A scene-based analysis was performed to study the airborne SAR data on the different behavior of C- and L-band cross- and co-polarized channels, comparing only data from simultaneous recordings. Flight track C was used for this purpose, as it has the smallest absolute deviation from satellite data and comparatively smaller temporal, calibration-caused variations than track A and B. During the SAR acquisition on 27 June, the potato field F11 was partially irrigated by the local farmer (Figure 12, dashed line). A direct comparison between the backscattering signal from a non-irrigated and irrigated area is possible, sharing the same surface and observation parameters. The field F11 is located at the near-range of the airborne observation, with incidence angles ranging between 32° and 43°. As the backscattering signal is depending on the incidence angle, SAR-specific range-dependencies can usually be observed with decreasing backscattering intensity related to increasing incidence angles [79,80]. As shown in Figure 12, a reverse trend is present at field F11 with increasing backscattering values related to increasing incidence angles. Here, the L-band HH polarization has an increase of 0.61 dB, the HV polarization an increase of 0.45 dB per one degree of incidence angle while the C-band HH polarization has an increase of 1.02 dB and HV polarization one of 0.86 dB.

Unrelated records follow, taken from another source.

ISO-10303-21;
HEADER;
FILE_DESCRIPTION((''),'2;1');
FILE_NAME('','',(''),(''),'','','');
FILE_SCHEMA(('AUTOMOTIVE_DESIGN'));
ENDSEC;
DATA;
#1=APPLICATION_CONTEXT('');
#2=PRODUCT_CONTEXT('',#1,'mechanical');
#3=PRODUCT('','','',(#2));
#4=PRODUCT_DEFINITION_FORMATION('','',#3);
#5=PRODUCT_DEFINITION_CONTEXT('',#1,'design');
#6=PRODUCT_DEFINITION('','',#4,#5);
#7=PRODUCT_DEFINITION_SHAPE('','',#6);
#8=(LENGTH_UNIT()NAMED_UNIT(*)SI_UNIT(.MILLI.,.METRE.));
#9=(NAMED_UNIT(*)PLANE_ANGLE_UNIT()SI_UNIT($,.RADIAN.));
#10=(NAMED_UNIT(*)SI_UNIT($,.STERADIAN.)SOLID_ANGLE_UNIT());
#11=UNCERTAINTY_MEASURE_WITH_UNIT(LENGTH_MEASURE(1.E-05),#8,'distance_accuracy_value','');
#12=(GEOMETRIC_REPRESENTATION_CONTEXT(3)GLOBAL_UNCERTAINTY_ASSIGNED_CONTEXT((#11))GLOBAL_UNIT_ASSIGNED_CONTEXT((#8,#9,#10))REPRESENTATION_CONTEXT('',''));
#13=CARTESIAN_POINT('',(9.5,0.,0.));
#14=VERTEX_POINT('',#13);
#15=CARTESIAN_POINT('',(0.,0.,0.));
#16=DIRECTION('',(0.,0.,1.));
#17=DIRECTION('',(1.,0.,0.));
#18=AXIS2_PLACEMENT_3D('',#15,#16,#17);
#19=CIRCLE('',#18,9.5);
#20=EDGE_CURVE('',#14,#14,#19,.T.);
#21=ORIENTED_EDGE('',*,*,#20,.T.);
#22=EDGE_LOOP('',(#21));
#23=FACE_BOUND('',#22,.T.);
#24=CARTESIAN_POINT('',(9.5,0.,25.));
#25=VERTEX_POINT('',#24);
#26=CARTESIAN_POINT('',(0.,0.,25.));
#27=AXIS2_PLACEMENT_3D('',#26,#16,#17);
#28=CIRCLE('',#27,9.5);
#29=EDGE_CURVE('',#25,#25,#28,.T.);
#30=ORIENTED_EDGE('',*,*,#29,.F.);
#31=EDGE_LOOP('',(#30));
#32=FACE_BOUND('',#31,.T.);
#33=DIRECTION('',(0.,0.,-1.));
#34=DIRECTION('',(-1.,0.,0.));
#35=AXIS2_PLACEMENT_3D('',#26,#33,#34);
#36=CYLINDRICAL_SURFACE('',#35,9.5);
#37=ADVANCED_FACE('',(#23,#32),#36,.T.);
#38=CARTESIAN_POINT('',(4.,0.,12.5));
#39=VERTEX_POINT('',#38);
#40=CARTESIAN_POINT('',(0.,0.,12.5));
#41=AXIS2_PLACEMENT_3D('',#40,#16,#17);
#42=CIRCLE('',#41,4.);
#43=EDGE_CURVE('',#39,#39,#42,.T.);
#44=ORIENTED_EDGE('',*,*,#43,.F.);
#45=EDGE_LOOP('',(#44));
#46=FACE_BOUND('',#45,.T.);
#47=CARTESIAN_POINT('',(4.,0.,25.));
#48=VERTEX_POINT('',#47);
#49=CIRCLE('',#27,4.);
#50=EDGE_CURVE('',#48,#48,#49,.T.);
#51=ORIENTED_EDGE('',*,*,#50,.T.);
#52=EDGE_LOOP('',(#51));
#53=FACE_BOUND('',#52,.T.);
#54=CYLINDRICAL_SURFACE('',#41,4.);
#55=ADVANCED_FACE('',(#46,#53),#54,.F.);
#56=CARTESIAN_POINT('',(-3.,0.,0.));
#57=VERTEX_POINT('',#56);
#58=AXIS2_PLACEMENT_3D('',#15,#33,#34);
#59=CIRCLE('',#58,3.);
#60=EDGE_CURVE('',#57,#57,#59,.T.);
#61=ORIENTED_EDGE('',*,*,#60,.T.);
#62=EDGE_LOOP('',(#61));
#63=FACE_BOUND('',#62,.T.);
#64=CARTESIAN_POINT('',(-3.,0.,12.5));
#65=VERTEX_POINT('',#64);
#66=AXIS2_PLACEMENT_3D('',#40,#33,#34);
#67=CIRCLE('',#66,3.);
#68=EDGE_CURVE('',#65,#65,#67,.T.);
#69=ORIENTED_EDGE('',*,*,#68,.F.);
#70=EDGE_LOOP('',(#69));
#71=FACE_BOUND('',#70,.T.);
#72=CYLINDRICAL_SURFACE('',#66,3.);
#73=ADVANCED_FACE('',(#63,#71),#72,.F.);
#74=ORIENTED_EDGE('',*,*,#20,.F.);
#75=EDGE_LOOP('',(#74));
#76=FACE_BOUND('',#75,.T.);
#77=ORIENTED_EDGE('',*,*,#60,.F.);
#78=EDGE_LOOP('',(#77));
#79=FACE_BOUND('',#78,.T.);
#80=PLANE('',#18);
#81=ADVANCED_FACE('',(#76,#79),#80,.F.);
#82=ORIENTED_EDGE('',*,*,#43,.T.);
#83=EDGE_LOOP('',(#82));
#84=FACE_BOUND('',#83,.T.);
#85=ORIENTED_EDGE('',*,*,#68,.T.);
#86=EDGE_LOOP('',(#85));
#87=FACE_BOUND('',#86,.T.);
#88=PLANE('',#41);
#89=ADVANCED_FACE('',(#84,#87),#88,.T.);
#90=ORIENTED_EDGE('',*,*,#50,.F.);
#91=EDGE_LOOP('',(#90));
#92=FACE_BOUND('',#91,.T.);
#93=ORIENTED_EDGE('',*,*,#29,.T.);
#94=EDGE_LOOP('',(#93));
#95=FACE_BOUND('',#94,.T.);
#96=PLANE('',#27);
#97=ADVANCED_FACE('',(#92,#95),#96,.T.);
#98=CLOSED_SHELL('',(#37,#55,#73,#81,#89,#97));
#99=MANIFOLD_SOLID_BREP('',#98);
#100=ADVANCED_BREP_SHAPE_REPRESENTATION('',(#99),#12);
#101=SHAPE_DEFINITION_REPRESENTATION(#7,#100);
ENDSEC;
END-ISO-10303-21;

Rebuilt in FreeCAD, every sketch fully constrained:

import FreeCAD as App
import Part
import Sketcher
from FreeCAD import Vector
Q = App.Units.Quantity

doc = App.newDocument("Part")
body = doc.addObject("PartDesign::Body", "Body")

sketch1 = body.newObject("Sketcher::SketchObject", "Sketch")
sketch1.AttachmentSupport = (doc.getObject("XY_Plane"), [""])
sketch1.MapMode = "FlatFace"
sketch1.addGeometry(Part.Circle(Vector(0, 0, 0), Vector(0, 0, 1), 9.5), False)
sketch1.addConstraint([
    Sketcher.Constraint("Coincident", 0, 3, -1, 1),
    Sketcher.Constraint("Diameter", 0, Q("19 mm")),
])
pad1 = body.newObject("PartDesign::Pad", "Pad")
pad1.Profile = sketch1
pad1.Length = 25

sketch2 = body.newObject("Sketcher::SketchObject", "Sketch001")
sketch2.AttachmentSupport = (doc.getObject("XY_Plane"), [""])
sketch2.MapMode = "FlatFace"
sketch2.AttachmentOffset = App.Placement(Vector(0, 0, 25), App.Rotation())
sketch2.addGeometry(Part.Circle(Vector(0, 0, 0), Vector(0, 0, 1), 4), False)
sketch2.addConstraint([
    Sketcher.Constraint("Coincident", 0, 3, -1, 1),
    Sketcher.Constraint("Diameter", 0, Q("8 mm")),
])
pocket1 = body.newObject("PartDesign::Pocket", "Pocket")
pocket1.Profile = sketch2
pocket1.Length = 12.5

sketch3 = body.newObject("Sketcher::SketchObject", "Sketch002")
sketch3.AttachmentSupport = (doc.getObject("XY_Plane"), [""])
sketch3.MapMode = "FlatFace"
sketch3.addGeometry(Part.Circle(Vector(0, 0, 0), Vector(0, 0, 1), 3), False)
sketch3.addConstraint([
    Sketcher.Constraint("Coincident", 0, 3, -1, 1),
    Sketcher.Constraint("Diameter", 0, Q("6 mm")),
])
pocket2 = body.newObject("PartDesign::Pocket", "Pocket001")
pocket2.Profile = sketch3
pocket2.Length = 12.5
pocket2.Reversed = True

doc.recompute()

To compare both bands and polarizations, the trend was adjusted using a linear regression model and the backscattering values were leveled to the respective measured mean. Comparing the histograms from detrended backscattering signals, the largest difference between irrigated and non-irrigated areas are observed at L-band, with a difference of 3.27 dB in the cross-polarized and 2.20 dB in the co-polarized channel between the respective mean values. This is in line with the results of Vermunt et al. [81], which measured a difference of 3 dB for cross-polarization and 2 dB for co-polarization after light precipitation events for sweet corn, related to the water stored temporally in the interception. The C-band for the potato field has a difference of 1.98 dB in the cross-polarized and 1.78 dB in the co-polarized channel, being less influenced by the interception as well as both polarizations are behaving more similar. The effects of interception water on backscattering signals for potato were also observed previously, even though the related changes were described significantly lower from X-, C-, and L-band recordings three hours after a precipitation event by Riedel et al. [82]. Here, the time between a precipitation or irrigation event and a SAR observation seems to be crucial. While Ulaby [83] stated, that the effect of precipitation is only visible for about one hour in wheat fields, at least the time in potatoes is likely to be similarly short in this regard.
The different behavior of C- and L-band might be again explained by the different penetration depth of the wavelengths. Due to the shallower penetration into the vegetation cover, C-band is sensitive to the water stored on the surface of the vegetation cover after precipitation or irrigation, while the L-band is also sensitive to the interception water stored within the vegetation. In this sense, the simultaneous recording of C- and L-band during or shortly after precipitation events or irrigation can be used to obtain different information about the interception storage of agricultural plants. In addition, the relationship between C- and L-band backscatter could be used to distinguish between backscatter changes related to changes in soil moisture or plant water content and changes related to interception shortly after or during precipitation events.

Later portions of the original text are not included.